The MetroHealth System

09/09/2024 | Press release | Distributed by Public on 09/09/2024 14:46

NIH Awards Kevin Kilgore, PhD, $2.2 Million in Grants

In August, Kevin Kilgore, PhD, Staff Scientist in the Department of Physical Medicine and Rehabilitation (PM&R) at MetroHealth, received a formal notification about a grant award from the National Institutes of Health. Not once or twice, but 10 times over 10 consecutive days. The grants, which total $2.2 million for one year, will allow Dr. Kilgore and his team to significantly expand the work they began two years ago with a three-year, $12.5 million grant from the NIH.

Twenty years ago, the team - which also includes researchers from the University of Michigan and UCLA - began developing an implanted device, the Networked Neuroprosthesis (NNP), to help restore hand and trunk function in patients who have sustained a spinal cord injury (SCI).

As progress was made on the device, "We realized the implant itself could be useful for researchers around the world," said Dr. Kilgore, Professor in the Departments of Orthopaedics and PM&R at Case Western Reserve University and the MetroHealth Center for Rehabilitation Research.

The team decided to make all the plans for the device available under an open-source license, meaning that anyone could obtain the plans and the full rights to make the devices themselves, with modifications if they wanted.

Open-source software has been around since early days of software development. The development of 3-D printers enable the expansion of this idea to open-source hardware, but it's still less common than open-source software.

This is the first time anyone has tried to do this with a human implantable device, said Dr.
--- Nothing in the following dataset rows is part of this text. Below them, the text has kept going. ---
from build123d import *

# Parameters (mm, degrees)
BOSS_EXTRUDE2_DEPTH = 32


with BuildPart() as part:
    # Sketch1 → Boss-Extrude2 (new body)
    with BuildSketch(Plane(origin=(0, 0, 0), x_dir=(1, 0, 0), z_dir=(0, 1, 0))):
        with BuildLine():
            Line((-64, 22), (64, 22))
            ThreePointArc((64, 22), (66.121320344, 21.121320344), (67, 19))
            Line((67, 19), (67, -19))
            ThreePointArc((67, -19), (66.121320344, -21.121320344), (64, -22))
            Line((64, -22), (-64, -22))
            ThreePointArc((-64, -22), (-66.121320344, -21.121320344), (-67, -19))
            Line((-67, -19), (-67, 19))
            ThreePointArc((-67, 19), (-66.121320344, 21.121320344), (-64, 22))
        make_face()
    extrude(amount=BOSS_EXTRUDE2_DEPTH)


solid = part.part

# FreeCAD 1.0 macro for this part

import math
import FreeCAD as App
import Part
import Sketcher

V = App.Vector
Q = App.Units.Quantity

doc = App.newDocument("Part")
body = doc.addObject("PartDesign::Body", "Body")

# Sketch on XZ plane
sketch1 = body.newObject("Sketcher::SketchObject", "Sketch")
sketch1.AttachmentSupport = (doc.getObject("XZ_Plane"), [""])
sketch1.MapMode = "FlatFace"
sketch1.addGeometry(Part.LineSegment(V(64, -22, 0), V(-64, -22, 0)), False)
sketch1.addGeometry(Part.ArcOfCircle(Part.Circle(V(-64, -19, 0), V(0, 0, 1), 3), math.radians(180), math.radians(270)), False)
sketch1.addGeometry(Part.LineSegment(V(-67, -19, 0), V(-67, 19, 0)), False)
sketch1.addGeometry(Part.ArcOfCircle(Part.Circle(V(-64, 19, 0), V(0, 0, 1), 3), math.radians(90), math.radians(180)), False)
sketch1.addGeometry(Part.LineSegment(V(-64, 22, 0), V(64, 22, 0)), False)
sketch1.addGeometry(Part.ArcOfCircle(Part.Circle(V(64, 19, 0), V(0, 0, 1), 3), math.radians(0), math.radians(90)), False)
sketch1.addGeometry(Part.LineSegment(V(67, 19, 0), V(67, -19, 0)), False)
sketch1.addGeometry(Part.ArcOfCircle(Part.Circle(V(64, -19, 0), V(0, 0, 1), 3), math.radians(-90), math.radians(0)), False)
sketch1.addConstraint(Sketcher.Constraint("Tangent", 0, 2, 1, 2))
sketch1.addConstraint(Sketcher.Constraint("Tangent", 1, 1, 2, 1))
sketch1.addConstraint(Sketcher.Constraint("Tangent", 2, 2, 3, 2))
sketch1.addConstraint(Sketcher.Constraint("Tangent", 3, 1, 4, 1))
sketch1.addConstraint(Sketcher.Constraint("Tangent", 4, 2, 5, 2))
sketch1.addConstraint(Sketcher.Constraint("Tangent", 5, 1, 6, 1))
sketch1.addConstraint(Sketcher.Constraint("Tangent", 6, 2, 7, 2))
sketch1.addConstraint(Sketcher.Constraint("Tangent", 7, 1, 0, 1))
sketch1.addConstraint(Sketcher.Constraint("Horizontal", 0))
sketch1.addConstraint(Sketcher.Constraint("Vertical", 2))
sketch1.addConstraint(Sketcher.Constraint("Horizontal", 4))
sketch1.addConstraint(Sketcher.Constraint("Vertical", 6))
sketch1.addConstraint(Sketcher.Constraint("Equal", 1, 3))
sketch1.addConstraint(Sketcher.Constraint("Equal", 3, 5))
sketch1.addConstraint(Sketcher.Constraint("Equal", 5, 7))
sketch1.addConstraint(Sketcher.Constraint("Symmetric", 1, 3, 5, 3, -1, 1))
sketch1.addConstraint(Sketcher.Constraint("Radius", 1, Q("3 mm")))
sketch1.addConstraint(Sketcher.Constraint("DistanceX", 0, 2, 0, 1, Q("128 mm")))
sketch1.addConstraint(Sketcher.Constraint("DistanceY", 2, 1, 2, 2, Q("38 mm")))
pad1 = body.newObject("PartDesign::Pad", "Pad")
pad1.Profile = sketch1
pad1.Length = 32
pad1.Reversed = True

doc.recompute()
Kilgore, the principal investigator.

The 2022 NIH grant was used to establish the Cleveland Open Source Modular Implant Innovators Community (COSMIIC), the first open source, modular network of active implantable devices for use in pre-clinical and early feasibility human research, and to provide ongoing support for this technology through a vibrant, sustainable community of users.

COSMIIC is comprised of a broad investigative team in Cleveland at Case Western Reserve, MetroHealth, the VA Northeast Ohio Healthcare System and the Cleveland Clinic Lerner College of Medicine. Also part of COSMIIC are investigators at the University of Michigan and the University of California, Los Angeles.
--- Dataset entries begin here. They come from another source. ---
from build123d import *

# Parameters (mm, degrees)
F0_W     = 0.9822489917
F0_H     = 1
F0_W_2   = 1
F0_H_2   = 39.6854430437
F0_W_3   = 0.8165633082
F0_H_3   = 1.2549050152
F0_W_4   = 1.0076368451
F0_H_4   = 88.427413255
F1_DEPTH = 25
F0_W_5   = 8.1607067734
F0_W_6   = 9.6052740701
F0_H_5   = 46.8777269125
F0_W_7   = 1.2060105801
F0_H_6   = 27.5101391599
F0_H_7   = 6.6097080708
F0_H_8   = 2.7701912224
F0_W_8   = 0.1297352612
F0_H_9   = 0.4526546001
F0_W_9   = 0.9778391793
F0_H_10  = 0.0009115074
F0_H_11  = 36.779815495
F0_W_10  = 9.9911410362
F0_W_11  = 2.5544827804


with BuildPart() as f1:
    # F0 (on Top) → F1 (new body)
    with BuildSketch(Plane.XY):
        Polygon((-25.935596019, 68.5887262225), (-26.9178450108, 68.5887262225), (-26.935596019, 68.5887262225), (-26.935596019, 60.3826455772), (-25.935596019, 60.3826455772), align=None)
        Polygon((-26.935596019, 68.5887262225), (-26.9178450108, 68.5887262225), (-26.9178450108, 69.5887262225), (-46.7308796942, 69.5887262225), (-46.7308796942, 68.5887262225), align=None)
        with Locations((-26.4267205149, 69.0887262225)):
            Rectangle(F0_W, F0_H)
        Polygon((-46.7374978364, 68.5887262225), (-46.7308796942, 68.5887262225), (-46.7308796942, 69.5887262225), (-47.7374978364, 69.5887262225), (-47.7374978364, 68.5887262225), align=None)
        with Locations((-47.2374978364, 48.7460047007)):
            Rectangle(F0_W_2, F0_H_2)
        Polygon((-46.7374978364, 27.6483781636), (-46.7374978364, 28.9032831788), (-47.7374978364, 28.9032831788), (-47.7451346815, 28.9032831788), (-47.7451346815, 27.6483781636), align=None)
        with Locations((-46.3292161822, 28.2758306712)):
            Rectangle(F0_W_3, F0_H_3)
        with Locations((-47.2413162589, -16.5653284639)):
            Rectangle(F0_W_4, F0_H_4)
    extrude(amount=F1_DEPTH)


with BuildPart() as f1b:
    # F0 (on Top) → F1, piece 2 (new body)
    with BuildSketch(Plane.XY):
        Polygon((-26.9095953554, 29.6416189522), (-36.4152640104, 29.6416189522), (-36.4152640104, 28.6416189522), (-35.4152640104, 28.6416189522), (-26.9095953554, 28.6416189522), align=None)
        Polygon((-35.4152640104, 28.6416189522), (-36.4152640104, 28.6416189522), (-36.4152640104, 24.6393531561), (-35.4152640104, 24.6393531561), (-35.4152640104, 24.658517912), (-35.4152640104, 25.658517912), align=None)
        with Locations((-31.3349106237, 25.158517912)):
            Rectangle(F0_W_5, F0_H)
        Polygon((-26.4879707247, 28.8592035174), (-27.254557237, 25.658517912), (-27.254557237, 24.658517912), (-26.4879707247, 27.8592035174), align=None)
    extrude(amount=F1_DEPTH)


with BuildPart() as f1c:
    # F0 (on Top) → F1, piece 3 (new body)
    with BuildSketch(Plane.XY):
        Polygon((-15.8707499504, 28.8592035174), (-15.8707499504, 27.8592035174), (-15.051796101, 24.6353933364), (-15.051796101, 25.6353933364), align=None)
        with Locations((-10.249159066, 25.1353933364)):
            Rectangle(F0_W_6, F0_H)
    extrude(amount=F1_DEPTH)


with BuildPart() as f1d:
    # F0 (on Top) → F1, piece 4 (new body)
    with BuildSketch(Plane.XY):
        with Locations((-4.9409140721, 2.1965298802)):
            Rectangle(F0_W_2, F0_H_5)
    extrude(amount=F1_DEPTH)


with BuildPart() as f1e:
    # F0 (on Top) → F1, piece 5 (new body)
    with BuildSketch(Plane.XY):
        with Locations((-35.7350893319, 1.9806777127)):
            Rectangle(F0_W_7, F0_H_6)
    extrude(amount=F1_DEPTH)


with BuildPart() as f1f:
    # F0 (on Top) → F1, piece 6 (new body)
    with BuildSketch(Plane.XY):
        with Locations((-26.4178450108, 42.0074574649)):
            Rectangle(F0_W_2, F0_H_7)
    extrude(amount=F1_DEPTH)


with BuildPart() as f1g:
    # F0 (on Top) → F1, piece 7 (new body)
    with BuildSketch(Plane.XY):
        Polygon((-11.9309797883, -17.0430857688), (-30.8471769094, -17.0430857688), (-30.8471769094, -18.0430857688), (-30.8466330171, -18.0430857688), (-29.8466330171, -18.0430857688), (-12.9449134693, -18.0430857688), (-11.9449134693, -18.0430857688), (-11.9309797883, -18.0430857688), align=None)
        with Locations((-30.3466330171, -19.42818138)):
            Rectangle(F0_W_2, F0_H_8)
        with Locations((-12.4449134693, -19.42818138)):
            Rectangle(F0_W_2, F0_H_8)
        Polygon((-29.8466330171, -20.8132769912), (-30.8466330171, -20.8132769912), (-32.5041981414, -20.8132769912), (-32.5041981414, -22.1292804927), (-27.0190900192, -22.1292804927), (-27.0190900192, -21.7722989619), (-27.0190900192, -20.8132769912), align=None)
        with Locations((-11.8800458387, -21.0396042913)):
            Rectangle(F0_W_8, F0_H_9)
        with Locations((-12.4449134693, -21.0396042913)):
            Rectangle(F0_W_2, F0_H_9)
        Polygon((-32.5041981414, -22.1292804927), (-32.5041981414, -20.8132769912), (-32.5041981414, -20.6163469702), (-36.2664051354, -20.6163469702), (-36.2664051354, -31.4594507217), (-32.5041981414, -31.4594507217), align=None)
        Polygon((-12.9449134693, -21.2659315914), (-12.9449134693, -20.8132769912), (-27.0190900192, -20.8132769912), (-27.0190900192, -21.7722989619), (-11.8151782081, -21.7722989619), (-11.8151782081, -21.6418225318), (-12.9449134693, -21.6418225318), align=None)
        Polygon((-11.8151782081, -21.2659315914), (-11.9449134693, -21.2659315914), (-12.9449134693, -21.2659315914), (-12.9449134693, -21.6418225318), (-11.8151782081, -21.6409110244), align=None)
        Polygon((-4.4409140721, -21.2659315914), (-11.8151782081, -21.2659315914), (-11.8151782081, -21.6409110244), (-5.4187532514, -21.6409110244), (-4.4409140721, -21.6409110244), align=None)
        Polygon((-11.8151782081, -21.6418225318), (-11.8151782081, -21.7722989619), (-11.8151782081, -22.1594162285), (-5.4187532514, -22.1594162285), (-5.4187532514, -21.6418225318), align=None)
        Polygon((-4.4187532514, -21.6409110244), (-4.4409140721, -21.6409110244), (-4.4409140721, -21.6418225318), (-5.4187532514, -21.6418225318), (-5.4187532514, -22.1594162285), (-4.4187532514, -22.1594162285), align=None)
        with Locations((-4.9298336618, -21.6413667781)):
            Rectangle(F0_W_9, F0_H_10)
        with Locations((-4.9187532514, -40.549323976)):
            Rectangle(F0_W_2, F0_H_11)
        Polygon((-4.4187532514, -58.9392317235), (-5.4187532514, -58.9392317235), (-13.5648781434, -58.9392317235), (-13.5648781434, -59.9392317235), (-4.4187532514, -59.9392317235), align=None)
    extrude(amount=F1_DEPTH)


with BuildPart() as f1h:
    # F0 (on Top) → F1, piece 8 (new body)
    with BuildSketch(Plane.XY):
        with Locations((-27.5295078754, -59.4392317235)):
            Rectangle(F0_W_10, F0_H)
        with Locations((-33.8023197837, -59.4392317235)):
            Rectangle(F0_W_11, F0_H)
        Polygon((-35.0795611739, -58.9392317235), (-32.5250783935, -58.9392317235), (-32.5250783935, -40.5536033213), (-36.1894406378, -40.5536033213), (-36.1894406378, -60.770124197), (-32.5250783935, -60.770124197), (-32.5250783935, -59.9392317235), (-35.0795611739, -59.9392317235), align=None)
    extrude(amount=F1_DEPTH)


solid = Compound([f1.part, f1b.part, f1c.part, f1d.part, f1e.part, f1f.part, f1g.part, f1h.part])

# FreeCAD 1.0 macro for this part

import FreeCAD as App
import Part
import Sketcher

V = App.Vector
Q = App.Units.Quantity


def add_polygon(sketch, points):
    """Adds a closed chain of lines whose ends are joined by coincident constraints."""
    first, n = sketch.GeometryCount, len(points)
    for a, b in zip(points, points[1:] + points[:1]):
        sketch.addGeometry(Part.LineSegment(App.Vector(*a, 0), App.Vector(*b, 0)), False)
    for i in range(n):
        sketch.addConstraint(Sketcher.Constraint("Coincident", first + i, 2, first + (i + 1) % n, 1))

doc = App.newDocument("Part")
body = doc.addObject("PartDesign::Body", "Body")

sketch1 = doc.addObject("Sketcher::SketchObject", "Sketch")
body.addObject(sketch1)
sketch1.AttachmentSupport = (doc.XY_Plane, [""])
sketch1.MapMode = "FlatFace"
add_polygon(sketch1, [(-26.936, 68.589), (-26.936, 60.383), (-25.936, 60.383), (-25.936, 68.589), (-25.936, 69.589), (-47.737, 69.589), (-47.737, 28.903), (-47.745, 28.903), (-47.745, -60.779), (-46.737, -60.779), (-46.737, 27.648), (-45.921, 27.648), (-45.921, 28.903), (-46.737, 28.903), (-46.737, 68.589)])
sketch1.addConstraint(Sketcher.Constraint("Vertical", 0))
sketch1.addConstraint(Sketcher.Constraint("Horizontal", 1))
sketch1.addConstraint(Sketcher.Constraint("Vertical", 2))
sketch1.addConstraint(Sketcher.Constraint("Vertical", 3))
sketch1.addConstraint(Sketcher.Constraint("Horizontal", 4))
sketch1.addConstraint(Sketcher.Constraint("Vertical", 5))
sketch1.addConstraint(Sketcher.Constraint("Horizontal", 6))
sketch1.addConstraint(Sketcher.Constraint("Vertical", 7))
sketch1.addConstraint(Sketcher.Constraint("Horizontal", 8))
sketch1.addConstraint(Sketcher.Constraint("Vertical", 9))
sketch1.addConstraint(Sketcher.Constraint("Horizontal", 10))
sketch1.addConstraint(Sketcher.Constraint("Vertical", 11))
sketch1.addConstraint(Sketcher.Constraint("Horizontal", 12))
sketch1.addConstraint(Sketcher.Constraint("Vertical", 13))
sketch1.addConstraint(Sketcher.Constraint("Horizontal", 14))
sketch1.addConstraint(Sketcher.Constraint("Horizontal", 6, 2, 11, 2))
sketch1.addConstraint(Sketcher.Constraint("Horizontal", 2, 2, 13, 2))
sketch1.addConstraint(Sketcher.Constraint("Vertical", 9, 2, 12, 2))
sketch1.addConstraint(Sketcher.Constraint("Equal", 1, 3))
sketch1.addConstraint(Sketcher.Constraint("DistanceX", 1, 1, 1, 2, Q("1 mm")))
sketch1.addConstraint(Sketcher.Constraint("DistanceX", 5, 2, 8, 2, Q("1 mm")))
sketch1.addConstraint(Sketcher.Constraint("DistanceX", 4, 2, 4, 1, Q("21.801902 mm")))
The recently awarded NIH grants will help researchers navigate the difficult and expensive regulatory process. Human implantable devices must go through the Food and Drug Administration in the U.S. and other regulatory organizations around the world. These new grants also establish new collaborations for use of the COSMIIC system at Case Western Reserve, University of Michigan and University of Wisconsin.

While much has been accomplished in the past two years, more needs to be done to ensure that the open-source community is sustainable for years to come, Dr. Kilgore said.

"This is an opportunity to give back to the research community and enable this to move forward a lot faster," he said. "We want to show how the implant system can be used for a variety of applications and has much broader use in the research community."